══ INFORMATION SUPPLIED
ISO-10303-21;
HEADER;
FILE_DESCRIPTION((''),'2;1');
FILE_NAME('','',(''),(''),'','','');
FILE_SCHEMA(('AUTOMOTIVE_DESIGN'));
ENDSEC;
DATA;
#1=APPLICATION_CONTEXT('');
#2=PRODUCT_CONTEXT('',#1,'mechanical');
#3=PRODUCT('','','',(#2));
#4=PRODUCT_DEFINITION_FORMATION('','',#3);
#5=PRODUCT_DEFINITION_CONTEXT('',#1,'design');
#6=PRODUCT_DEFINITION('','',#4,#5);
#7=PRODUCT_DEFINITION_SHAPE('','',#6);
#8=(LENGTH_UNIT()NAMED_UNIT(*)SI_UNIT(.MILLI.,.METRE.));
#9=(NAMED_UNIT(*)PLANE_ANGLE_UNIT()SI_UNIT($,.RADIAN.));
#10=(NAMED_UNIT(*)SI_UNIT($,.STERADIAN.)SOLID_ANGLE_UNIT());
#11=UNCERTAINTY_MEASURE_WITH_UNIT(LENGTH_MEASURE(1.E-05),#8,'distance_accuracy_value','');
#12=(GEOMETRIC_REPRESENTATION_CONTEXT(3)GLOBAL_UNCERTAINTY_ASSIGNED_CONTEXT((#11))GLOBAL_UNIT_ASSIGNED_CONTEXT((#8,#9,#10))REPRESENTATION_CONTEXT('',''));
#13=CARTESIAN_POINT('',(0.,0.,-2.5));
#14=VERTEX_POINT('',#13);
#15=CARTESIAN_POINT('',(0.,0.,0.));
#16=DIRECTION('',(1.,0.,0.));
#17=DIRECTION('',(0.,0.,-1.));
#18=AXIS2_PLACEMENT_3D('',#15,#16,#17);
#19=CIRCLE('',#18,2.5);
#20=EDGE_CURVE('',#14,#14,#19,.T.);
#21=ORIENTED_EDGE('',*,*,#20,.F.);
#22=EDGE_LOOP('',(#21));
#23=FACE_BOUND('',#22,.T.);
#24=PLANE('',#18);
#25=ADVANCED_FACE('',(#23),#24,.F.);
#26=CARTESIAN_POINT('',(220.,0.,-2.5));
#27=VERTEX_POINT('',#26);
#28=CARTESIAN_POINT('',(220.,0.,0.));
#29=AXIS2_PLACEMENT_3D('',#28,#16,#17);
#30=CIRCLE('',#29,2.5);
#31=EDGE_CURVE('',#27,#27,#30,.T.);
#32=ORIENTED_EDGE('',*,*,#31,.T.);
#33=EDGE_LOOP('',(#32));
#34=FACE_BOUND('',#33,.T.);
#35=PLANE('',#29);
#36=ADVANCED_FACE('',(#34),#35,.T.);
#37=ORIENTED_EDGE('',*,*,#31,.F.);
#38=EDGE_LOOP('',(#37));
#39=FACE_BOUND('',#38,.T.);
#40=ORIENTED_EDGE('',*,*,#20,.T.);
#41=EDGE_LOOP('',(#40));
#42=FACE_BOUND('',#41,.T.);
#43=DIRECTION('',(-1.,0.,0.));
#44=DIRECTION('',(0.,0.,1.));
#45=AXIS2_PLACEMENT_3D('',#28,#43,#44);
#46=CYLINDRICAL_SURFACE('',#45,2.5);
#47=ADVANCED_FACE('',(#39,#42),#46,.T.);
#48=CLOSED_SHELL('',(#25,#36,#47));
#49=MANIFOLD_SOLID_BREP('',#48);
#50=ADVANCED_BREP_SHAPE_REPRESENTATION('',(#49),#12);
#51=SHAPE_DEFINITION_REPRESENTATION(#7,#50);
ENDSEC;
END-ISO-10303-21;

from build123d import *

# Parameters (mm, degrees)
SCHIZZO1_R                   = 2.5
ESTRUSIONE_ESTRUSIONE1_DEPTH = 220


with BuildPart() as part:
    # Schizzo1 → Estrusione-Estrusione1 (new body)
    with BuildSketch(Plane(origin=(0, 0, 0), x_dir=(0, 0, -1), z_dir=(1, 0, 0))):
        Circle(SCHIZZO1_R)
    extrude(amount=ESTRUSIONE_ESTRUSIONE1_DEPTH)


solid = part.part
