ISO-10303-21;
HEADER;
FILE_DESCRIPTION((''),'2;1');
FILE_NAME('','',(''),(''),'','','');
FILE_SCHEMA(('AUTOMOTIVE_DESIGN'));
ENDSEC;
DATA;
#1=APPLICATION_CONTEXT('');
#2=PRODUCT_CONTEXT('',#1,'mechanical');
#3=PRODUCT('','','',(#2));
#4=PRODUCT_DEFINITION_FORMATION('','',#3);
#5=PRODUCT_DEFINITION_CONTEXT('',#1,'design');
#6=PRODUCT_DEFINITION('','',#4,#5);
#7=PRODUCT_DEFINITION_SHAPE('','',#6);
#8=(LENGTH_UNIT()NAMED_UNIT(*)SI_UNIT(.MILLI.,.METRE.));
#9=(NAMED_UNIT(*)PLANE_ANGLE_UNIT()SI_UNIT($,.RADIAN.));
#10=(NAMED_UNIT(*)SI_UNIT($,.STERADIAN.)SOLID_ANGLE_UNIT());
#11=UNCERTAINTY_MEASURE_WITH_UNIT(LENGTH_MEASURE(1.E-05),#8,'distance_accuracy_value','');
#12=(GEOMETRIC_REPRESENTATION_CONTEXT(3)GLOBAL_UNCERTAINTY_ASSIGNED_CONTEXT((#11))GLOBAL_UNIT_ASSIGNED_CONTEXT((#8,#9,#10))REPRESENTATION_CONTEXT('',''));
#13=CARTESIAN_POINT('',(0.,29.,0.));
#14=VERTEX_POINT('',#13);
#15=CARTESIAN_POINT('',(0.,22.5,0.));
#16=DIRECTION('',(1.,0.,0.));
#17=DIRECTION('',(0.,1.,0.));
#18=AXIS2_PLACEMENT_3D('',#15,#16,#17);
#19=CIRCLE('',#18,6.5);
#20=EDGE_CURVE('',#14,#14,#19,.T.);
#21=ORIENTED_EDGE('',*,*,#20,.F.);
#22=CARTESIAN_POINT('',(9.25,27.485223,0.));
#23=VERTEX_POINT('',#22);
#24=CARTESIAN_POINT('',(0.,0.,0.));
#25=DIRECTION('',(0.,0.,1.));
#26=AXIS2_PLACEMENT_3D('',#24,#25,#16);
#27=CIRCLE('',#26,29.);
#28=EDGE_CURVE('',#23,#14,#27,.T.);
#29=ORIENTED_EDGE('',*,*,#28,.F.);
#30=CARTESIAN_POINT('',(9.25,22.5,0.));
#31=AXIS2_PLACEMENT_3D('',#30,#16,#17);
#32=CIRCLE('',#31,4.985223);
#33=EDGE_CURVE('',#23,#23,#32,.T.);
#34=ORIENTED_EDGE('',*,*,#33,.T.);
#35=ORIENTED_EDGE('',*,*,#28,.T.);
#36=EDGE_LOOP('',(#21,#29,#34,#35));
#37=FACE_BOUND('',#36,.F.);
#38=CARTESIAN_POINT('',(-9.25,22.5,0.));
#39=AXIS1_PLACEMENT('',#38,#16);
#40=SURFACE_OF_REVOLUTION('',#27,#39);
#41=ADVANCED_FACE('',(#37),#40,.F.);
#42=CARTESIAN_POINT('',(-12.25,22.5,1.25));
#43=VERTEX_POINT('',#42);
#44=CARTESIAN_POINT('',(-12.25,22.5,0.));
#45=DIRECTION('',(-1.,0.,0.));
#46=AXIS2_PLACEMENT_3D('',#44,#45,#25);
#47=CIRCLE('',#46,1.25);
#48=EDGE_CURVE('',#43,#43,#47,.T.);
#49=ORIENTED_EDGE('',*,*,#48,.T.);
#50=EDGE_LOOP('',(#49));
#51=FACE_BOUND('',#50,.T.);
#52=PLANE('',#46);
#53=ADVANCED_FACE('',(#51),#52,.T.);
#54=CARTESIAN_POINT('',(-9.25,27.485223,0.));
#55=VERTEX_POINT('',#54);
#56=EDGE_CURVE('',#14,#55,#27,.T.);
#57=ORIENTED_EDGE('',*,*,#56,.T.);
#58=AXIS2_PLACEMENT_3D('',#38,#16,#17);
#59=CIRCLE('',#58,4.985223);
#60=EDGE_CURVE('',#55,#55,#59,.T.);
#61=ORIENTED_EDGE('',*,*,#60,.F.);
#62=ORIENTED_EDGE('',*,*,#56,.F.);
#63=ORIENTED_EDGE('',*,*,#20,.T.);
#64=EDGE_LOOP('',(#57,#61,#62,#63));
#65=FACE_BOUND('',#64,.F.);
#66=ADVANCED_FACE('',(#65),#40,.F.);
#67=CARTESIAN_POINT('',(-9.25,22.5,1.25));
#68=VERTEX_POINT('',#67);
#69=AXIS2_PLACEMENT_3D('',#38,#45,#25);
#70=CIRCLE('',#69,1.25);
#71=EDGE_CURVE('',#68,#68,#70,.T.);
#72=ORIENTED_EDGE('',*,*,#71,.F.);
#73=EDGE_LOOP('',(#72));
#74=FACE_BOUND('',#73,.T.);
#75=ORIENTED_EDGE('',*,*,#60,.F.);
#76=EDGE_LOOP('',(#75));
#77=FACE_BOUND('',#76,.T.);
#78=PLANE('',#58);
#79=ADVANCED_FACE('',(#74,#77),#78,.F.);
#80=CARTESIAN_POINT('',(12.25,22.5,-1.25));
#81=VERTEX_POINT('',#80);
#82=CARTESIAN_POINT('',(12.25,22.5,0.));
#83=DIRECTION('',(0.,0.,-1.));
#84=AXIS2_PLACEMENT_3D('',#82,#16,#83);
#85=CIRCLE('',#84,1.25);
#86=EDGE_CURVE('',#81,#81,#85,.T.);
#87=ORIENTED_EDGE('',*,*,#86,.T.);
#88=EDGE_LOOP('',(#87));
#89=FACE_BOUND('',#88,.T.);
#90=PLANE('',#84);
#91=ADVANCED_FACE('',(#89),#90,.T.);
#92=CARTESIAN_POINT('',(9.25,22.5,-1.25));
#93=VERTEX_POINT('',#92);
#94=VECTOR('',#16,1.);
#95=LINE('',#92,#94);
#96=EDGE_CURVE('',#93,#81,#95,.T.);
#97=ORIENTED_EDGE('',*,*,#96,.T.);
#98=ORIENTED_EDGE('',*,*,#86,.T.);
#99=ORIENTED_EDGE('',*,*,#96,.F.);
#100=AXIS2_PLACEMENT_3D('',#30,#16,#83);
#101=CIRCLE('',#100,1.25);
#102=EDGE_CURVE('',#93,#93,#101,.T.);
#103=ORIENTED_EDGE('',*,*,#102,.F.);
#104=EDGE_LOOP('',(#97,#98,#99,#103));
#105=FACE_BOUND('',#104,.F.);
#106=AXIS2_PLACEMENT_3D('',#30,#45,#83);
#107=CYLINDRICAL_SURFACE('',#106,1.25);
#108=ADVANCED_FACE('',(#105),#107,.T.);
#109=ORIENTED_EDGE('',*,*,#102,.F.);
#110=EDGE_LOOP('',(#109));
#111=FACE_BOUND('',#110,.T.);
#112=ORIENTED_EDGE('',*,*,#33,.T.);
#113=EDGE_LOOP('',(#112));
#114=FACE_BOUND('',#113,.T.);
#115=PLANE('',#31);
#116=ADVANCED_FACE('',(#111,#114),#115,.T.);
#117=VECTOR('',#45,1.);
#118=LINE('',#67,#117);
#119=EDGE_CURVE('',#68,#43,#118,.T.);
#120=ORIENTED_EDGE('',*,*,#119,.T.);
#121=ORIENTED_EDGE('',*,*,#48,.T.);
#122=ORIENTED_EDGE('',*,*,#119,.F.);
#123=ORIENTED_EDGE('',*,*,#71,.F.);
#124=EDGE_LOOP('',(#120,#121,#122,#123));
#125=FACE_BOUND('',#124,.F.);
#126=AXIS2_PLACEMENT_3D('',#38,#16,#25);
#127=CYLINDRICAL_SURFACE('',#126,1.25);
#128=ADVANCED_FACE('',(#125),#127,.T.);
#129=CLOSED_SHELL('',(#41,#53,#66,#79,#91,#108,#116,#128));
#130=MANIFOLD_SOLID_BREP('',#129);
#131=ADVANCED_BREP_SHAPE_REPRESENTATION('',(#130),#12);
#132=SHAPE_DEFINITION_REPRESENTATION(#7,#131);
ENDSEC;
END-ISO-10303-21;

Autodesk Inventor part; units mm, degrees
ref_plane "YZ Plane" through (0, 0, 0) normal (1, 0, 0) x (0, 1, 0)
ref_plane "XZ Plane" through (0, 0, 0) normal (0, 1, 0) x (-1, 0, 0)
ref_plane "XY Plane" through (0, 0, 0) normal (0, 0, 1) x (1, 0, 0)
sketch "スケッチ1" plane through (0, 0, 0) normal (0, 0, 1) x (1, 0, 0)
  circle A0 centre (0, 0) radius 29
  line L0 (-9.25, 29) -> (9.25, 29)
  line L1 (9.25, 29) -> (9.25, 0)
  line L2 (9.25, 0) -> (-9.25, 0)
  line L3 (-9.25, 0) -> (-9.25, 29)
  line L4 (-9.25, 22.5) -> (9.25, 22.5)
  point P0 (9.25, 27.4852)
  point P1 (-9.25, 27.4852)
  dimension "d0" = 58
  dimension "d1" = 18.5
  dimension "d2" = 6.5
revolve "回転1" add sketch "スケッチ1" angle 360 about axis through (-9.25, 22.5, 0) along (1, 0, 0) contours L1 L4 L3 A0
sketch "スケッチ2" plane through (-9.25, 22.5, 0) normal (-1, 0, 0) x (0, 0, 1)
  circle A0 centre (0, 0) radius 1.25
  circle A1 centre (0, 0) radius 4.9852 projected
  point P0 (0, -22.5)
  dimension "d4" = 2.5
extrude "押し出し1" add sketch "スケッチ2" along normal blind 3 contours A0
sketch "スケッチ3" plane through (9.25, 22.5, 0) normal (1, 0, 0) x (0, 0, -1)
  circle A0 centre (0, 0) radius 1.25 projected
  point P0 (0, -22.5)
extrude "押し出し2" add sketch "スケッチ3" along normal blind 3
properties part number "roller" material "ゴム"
════
EXERCISE GOAL
Give back, exactly as written, the stretch from the line with "#72=ORIENTED_EDGE('',*,*,#71,.F.);" through the line with "#83=DIRECTION('',(0.,0.,-1.));", and no other lines from the records above.

SOLUTION FOR THIS TASK
#72=ORIENTED_EDGE('',*,*,#71,.F.);
#73=EDGE_LOOP('',(#72));
#74=FACE_BOUND('',#73,.T.);
#75=ORIENTED_EDGE('',*,*,#60,.F.);
#76=EDGE_LOOP('',(#75));
#77=FACE_BOUND('',#76,.T.);
#78=PLANE('',#58);
#79=ADVANCED_FACE('',(#74,#77),#78,.F.);
#80=CARTESIAN_POINT('',(12.25,22.5,-1.25));
#81=VERTEX_POINT('',#80);
#82=CARTESIAN_POINT('',(12.25,22.5,0.));
#83=DIRECTION('',(0.,0.,-1.));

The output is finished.